The issue with creating variables about how the product is used and then trying to fit / map your research data to these variables is that you may be skewing / projecting bias as to how you think a product is being used and not letting the research data "speak for itself". As you've collected all your research data (and I'm not sure how you've conducted your research process so I'll make some assumptions), the following is the approach that I'd be taking.
Identifying roles
This step should have already been done during your user research phase when identifying what people you wanted to survey and interview, but I'll reiterate as it helps explain the next step. It's important to identify the external and/or internal stakeholders' roles that will be using the product as it will help begin the segmentation process. For example, you wouldn't want to be comparing the research data for an internal customer support staff member against an external customer as there uses of the product will be substantially different.

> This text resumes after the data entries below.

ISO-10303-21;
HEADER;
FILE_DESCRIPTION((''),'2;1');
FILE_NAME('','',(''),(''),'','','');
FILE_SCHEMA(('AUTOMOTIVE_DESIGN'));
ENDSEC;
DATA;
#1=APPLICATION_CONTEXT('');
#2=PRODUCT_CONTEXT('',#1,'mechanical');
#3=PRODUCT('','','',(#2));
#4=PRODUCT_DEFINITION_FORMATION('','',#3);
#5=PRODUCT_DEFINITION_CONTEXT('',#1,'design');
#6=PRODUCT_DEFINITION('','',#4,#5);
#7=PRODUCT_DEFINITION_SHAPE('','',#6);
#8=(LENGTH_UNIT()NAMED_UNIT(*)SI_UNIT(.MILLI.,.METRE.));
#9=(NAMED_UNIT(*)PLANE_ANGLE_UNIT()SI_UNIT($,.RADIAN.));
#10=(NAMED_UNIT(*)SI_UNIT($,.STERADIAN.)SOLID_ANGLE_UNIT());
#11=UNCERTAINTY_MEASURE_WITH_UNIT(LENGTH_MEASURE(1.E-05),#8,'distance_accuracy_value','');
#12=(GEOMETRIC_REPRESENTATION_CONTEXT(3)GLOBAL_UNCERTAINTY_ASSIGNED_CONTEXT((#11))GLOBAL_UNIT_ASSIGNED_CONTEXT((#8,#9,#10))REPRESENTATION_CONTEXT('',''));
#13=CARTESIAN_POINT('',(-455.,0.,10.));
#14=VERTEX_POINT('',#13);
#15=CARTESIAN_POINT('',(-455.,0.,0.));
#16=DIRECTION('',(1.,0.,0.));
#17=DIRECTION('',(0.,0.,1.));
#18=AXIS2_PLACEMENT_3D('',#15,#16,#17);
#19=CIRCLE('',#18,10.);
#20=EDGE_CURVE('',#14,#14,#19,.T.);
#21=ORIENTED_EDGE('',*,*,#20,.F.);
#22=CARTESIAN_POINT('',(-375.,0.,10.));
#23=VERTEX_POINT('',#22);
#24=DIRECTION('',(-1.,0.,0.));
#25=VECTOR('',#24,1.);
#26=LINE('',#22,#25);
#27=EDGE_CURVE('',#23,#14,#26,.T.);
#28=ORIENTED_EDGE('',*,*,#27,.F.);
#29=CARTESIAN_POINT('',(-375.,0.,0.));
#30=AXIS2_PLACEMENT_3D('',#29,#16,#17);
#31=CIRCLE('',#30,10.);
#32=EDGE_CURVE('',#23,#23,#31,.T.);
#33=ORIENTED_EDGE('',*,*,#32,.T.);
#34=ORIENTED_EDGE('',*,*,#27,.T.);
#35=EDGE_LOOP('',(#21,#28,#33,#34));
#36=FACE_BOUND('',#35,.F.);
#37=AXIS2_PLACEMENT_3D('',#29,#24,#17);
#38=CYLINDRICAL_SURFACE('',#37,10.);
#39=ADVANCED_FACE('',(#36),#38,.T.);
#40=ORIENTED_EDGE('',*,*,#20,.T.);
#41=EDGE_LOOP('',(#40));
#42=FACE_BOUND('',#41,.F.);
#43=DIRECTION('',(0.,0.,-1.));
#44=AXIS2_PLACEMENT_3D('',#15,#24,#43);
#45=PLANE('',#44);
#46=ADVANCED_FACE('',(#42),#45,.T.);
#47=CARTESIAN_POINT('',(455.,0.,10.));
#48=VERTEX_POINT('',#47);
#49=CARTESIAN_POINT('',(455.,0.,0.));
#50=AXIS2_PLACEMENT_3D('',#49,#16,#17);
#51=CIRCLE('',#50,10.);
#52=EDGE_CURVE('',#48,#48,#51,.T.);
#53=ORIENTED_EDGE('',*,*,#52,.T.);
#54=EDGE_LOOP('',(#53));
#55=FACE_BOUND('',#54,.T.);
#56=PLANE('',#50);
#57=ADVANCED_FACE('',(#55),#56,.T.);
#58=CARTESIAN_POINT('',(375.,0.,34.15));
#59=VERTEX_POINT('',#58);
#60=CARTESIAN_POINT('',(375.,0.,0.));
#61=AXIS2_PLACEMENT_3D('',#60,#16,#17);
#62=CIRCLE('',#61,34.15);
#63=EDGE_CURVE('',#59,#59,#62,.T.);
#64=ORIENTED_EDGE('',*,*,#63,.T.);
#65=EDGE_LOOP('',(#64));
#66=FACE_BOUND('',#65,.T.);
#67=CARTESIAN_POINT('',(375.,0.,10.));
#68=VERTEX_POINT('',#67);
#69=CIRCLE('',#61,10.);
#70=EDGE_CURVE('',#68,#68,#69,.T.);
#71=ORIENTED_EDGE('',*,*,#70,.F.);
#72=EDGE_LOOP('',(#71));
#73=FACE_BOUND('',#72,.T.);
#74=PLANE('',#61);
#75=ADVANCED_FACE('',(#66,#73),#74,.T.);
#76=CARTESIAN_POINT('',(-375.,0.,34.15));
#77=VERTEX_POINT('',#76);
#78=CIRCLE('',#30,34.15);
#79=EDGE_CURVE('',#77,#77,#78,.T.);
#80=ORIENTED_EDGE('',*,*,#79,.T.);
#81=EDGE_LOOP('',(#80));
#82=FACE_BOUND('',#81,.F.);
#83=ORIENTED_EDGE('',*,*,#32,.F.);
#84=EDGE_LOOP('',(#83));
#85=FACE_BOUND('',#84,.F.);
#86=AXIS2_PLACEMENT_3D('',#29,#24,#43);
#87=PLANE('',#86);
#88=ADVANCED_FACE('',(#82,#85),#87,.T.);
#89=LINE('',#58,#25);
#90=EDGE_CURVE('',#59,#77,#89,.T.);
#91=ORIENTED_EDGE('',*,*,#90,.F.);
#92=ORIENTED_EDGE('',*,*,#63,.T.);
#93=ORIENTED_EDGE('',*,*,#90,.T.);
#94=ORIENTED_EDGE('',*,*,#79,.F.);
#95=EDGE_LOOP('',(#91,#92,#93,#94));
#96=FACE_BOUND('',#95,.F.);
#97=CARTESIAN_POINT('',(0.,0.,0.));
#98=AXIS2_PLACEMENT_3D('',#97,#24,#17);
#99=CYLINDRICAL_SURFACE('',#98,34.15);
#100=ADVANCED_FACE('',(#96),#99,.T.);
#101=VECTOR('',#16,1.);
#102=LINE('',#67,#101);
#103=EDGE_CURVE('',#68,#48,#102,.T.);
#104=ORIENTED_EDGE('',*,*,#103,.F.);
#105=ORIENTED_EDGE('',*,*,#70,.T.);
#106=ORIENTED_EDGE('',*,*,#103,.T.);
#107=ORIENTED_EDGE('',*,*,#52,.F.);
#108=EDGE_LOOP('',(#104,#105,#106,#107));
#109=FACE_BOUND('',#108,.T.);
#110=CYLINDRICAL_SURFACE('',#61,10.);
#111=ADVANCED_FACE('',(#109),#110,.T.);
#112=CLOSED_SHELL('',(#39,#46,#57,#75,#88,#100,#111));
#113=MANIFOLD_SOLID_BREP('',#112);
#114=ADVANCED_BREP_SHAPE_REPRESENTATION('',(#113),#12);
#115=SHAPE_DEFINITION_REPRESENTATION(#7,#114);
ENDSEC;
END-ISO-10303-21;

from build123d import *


with BuildPart() as part:
    # roll_75_sketch → Revolution (revolve)
    with BuildSketch(Plane.XZ):
        Polygon((0, 34.15), (375, 34.15), (375, 10), (455, 10), (455, 0), (0, 0), align=None)
    revolution = revolve(axis=Axis((0, 0, 0), (1, 0, 0)))

    # Mirrored: Revolution across roll_75_sketch V_Axis
    add(revolution.mirror(Plane(origin=(0, 0, 0), x_dir=(0, -1, 0), z_dir=(1, 0, 0))))


solid = part.part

Identify patterns for each role in the research data collected
The next step is to start identifying patterns for each role in the user research data collected. Though there are different techniques available for identifying patterns, I'd recommend going through the following process:
- Identify traits (such as behaviour, attitude, demographic, goals) from the user research you conducted. I'd recommend going no fewer than 7 but no more than 20. Examples of traits could include the time they use the product, how old the user is, how they feel when an error occurs with the product etc.
- Once you have identified these traits, the next step is to put the trait on a spectrum (similar to a Likert Scale). If the trait can't be put on a spectrum, an acceptable fallback is to make the trait into a multi-choice question. An example of putting a trait on a spectrum could be the time of day they use the product e.g. morning, midday, afternoon, night.
- Once these traits have been put on a spectrum / made multi-choice, the next step is to put each of the users on each trait spectrum based on the user research you gathered. Pending on how you've structured your surveys and line of questioning, this process can be done pretty quickly.
- As you are starting to put these users on the trait spectrums you've made, you'll begin to notice patterns are forming e.g. John, James and Julie both use the product at night, are around 40 years of age and like to talk to support staff when facing an issue. In this example, you would classify John, James and Julie as one persona due to the strong pattern of traits they possess (they won't always be identical and this is ok).
For further reading on creating personas, I'd recommend having a read of this Smashing Magazine article and the Fluid Project website as it really helped me to learn about the process of defining personas.
If you have any additional questions please feel free to ask.